Your objective:
Collect each line of the records containing the string "degrees".

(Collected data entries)
§

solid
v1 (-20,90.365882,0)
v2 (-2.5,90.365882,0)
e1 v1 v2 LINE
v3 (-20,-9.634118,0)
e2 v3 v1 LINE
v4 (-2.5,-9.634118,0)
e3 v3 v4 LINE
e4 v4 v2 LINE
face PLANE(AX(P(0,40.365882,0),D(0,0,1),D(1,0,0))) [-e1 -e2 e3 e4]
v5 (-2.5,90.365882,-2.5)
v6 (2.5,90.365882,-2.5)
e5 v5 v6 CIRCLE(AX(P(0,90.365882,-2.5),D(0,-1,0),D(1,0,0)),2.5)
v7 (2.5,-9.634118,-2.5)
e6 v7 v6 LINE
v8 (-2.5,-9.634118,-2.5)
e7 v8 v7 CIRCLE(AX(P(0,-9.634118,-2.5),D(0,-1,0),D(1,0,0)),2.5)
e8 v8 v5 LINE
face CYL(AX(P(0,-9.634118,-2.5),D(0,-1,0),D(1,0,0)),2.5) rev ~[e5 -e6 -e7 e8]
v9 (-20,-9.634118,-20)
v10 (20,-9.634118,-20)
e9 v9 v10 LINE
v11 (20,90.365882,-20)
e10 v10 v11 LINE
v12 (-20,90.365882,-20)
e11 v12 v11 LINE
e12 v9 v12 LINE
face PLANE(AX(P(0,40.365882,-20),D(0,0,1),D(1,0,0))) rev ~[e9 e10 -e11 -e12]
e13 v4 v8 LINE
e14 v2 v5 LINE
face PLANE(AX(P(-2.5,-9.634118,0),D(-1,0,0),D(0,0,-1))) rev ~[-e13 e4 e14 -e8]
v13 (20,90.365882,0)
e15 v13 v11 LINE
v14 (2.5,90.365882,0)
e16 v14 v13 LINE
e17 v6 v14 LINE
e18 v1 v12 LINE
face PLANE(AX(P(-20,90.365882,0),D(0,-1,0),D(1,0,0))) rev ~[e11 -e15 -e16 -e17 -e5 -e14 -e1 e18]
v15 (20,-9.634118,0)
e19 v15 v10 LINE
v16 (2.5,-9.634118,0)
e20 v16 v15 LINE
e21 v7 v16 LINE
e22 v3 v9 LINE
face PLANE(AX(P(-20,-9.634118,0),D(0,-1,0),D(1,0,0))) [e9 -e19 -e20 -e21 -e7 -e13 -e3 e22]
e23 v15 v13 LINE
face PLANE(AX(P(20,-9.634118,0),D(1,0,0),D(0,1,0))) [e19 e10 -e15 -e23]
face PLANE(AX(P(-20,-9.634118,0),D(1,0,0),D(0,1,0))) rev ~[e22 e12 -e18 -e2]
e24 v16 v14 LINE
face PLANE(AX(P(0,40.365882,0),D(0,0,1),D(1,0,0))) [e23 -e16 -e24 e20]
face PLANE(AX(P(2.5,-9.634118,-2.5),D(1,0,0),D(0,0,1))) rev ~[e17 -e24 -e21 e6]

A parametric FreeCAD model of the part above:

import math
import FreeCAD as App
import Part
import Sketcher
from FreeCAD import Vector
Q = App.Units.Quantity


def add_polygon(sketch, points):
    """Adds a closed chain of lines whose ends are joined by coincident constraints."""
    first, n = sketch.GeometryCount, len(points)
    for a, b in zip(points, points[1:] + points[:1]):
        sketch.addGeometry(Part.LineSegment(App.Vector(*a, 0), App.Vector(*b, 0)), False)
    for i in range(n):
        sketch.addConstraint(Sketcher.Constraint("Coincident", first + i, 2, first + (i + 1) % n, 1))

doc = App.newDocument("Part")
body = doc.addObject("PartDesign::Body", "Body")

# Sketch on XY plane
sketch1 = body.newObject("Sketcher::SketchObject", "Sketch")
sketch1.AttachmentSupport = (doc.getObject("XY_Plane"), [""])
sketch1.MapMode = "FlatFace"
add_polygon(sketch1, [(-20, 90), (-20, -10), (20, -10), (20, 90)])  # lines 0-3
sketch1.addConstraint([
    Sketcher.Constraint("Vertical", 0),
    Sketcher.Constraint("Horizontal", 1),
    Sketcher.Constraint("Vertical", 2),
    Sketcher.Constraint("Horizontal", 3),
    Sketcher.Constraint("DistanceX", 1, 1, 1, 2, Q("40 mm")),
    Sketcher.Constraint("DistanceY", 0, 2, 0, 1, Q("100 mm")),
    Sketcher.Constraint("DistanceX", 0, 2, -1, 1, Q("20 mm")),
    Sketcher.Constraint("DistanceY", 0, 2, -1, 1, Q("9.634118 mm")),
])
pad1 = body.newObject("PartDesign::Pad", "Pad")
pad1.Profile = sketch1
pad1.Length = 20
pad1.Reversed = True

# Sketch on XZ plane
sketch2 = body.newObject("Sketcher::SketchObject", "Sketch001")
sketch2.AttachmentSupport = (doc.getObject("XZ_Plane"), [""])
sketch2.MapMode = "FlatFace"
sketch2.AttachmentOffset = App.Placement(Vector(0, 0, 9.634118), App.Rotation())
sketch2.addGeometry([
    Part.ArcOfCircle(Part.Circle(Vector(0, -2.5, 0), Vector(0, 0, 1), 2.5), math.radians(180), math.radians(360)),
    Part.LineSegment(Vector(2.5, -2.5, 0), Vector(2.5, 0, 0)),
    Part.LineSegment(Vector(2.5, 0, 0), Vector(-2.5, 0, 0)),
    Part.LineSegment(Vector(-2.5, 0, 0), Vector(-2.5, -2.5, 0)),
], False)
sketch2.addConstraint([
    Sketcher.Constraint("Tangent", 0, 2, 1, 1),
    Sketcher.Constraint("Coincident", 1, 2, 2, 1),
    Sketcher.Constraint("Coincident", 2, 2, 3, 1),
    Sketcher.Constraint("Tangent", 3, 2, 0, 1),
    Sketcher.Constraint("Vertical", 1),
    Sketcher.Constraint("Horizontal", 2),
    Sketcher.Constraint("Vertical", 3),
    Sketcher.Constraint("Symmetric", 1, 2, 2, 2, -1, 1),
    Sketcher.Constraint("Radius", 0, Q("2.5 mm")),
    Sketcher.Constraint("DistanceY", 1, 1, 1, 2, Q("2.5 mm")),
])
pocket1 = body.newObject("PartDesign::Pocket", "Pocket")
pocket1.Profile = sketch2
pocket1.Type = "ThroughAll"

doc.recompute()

§

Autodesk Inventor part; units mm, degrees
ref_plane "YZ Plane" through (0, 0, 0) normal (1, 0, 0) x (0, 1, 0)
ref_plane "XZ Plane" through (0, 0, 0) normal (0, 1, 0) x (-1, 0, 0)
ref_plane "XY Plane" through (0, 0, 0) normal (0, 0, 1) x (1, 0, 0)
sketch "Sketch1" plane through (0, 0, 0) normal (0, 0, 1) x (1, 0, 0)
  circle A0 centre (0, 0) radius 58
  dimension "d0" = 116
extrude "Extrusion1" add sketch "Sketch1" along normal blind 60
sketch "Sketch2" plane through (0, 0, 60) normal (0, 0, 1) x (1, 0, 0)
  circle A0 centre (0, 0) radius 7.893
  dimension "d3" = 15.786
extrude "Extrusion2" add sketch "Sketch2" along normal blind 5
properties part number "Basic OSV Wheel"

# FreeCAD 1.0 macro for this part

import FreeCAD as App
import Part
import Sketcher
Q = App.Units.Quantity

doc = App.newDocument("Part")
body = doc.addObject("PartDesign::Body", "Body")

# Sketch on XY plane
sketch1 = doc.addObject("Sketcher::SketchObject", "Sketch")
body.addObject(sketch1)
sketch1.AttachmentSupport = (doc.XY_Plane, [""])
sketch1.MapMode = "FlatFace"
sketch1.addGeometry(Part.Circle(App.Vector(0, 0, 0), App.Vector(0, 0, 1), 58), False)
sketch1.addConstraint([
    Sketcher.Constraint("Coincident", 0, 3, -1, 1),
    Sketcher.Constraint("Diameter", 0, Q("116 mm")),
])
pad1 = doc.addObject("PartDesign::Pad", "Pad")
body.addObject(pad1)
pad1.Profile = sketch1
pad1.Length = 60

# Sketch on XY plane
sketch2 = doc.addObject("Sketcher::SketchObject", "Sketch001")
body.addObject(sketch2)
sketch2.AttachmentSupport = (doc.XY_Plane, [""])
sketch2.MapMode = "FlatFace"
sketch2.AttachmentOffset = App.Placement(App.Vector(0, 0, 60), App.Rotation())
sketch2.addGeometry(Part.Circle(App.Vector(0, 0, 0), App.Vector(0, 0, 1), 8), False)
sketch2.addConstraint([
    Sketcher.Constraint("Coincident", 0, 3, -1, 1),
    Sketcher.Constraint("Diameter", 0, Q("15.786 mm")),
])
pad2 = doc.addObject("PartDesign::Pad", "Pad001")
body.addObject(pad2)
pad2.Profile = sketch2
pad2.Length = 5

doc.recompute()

§

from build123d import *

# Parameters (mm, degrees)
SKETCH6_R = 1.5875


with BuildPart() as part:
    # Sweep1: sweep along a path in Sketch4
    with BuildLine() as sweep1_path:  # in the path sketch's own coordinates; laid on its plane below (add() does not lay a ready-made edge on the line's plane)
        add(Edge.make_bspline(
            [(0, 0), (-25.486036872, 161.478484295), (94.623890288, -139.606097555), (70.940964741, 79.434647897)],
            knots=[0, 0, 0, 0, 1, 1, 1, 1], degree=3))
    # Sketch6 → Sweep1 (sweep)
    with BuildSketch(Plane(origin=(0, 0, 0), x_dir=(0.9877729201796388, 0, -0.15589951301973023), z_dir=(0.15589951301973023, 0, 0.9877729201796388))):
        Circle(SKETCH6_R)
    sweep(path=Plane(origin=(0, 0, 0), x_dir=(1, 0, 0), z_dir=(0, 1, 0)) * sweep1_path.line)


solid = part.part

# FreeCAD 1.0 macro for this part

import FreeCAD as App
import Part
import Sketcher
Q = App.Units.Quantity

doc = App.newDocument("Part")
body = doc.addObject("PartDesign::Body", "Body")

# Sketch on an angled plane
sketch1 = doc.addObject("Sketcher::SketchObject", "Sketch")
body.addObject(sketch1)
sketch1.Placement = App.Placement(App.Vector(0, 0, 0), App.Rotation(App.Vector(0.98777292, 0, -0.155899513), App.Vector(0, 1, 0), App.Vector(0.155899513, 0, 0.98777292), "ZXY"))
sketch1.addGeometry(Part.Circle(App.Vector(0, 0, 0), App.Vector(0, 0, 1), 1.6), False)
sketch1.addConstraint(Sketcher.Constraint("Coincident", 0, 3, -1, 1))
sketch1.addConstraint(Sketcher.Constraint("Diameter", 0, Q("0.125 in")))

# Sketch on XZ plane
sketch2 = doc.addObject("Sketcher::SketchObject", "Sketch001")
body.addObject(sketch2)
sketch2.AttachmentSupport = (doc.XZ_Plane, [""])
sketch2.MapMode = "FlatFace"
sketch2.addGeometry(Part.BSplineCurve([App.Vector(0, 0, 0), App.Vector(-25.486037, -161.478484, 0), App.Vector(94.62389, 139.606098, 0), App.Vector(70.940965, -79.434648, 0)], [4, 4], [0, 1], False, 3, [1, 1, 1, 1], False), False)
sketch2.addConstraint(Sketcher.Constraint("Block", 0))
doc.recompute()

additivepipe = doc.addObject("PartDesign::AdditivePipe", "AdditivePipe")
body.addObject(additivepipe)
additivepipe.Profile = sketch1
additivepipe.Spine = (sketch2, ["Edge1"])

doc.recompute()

§

Completed task:
Autodesk Inventor part; units mm, degrees
# Parameters (mm, degrees)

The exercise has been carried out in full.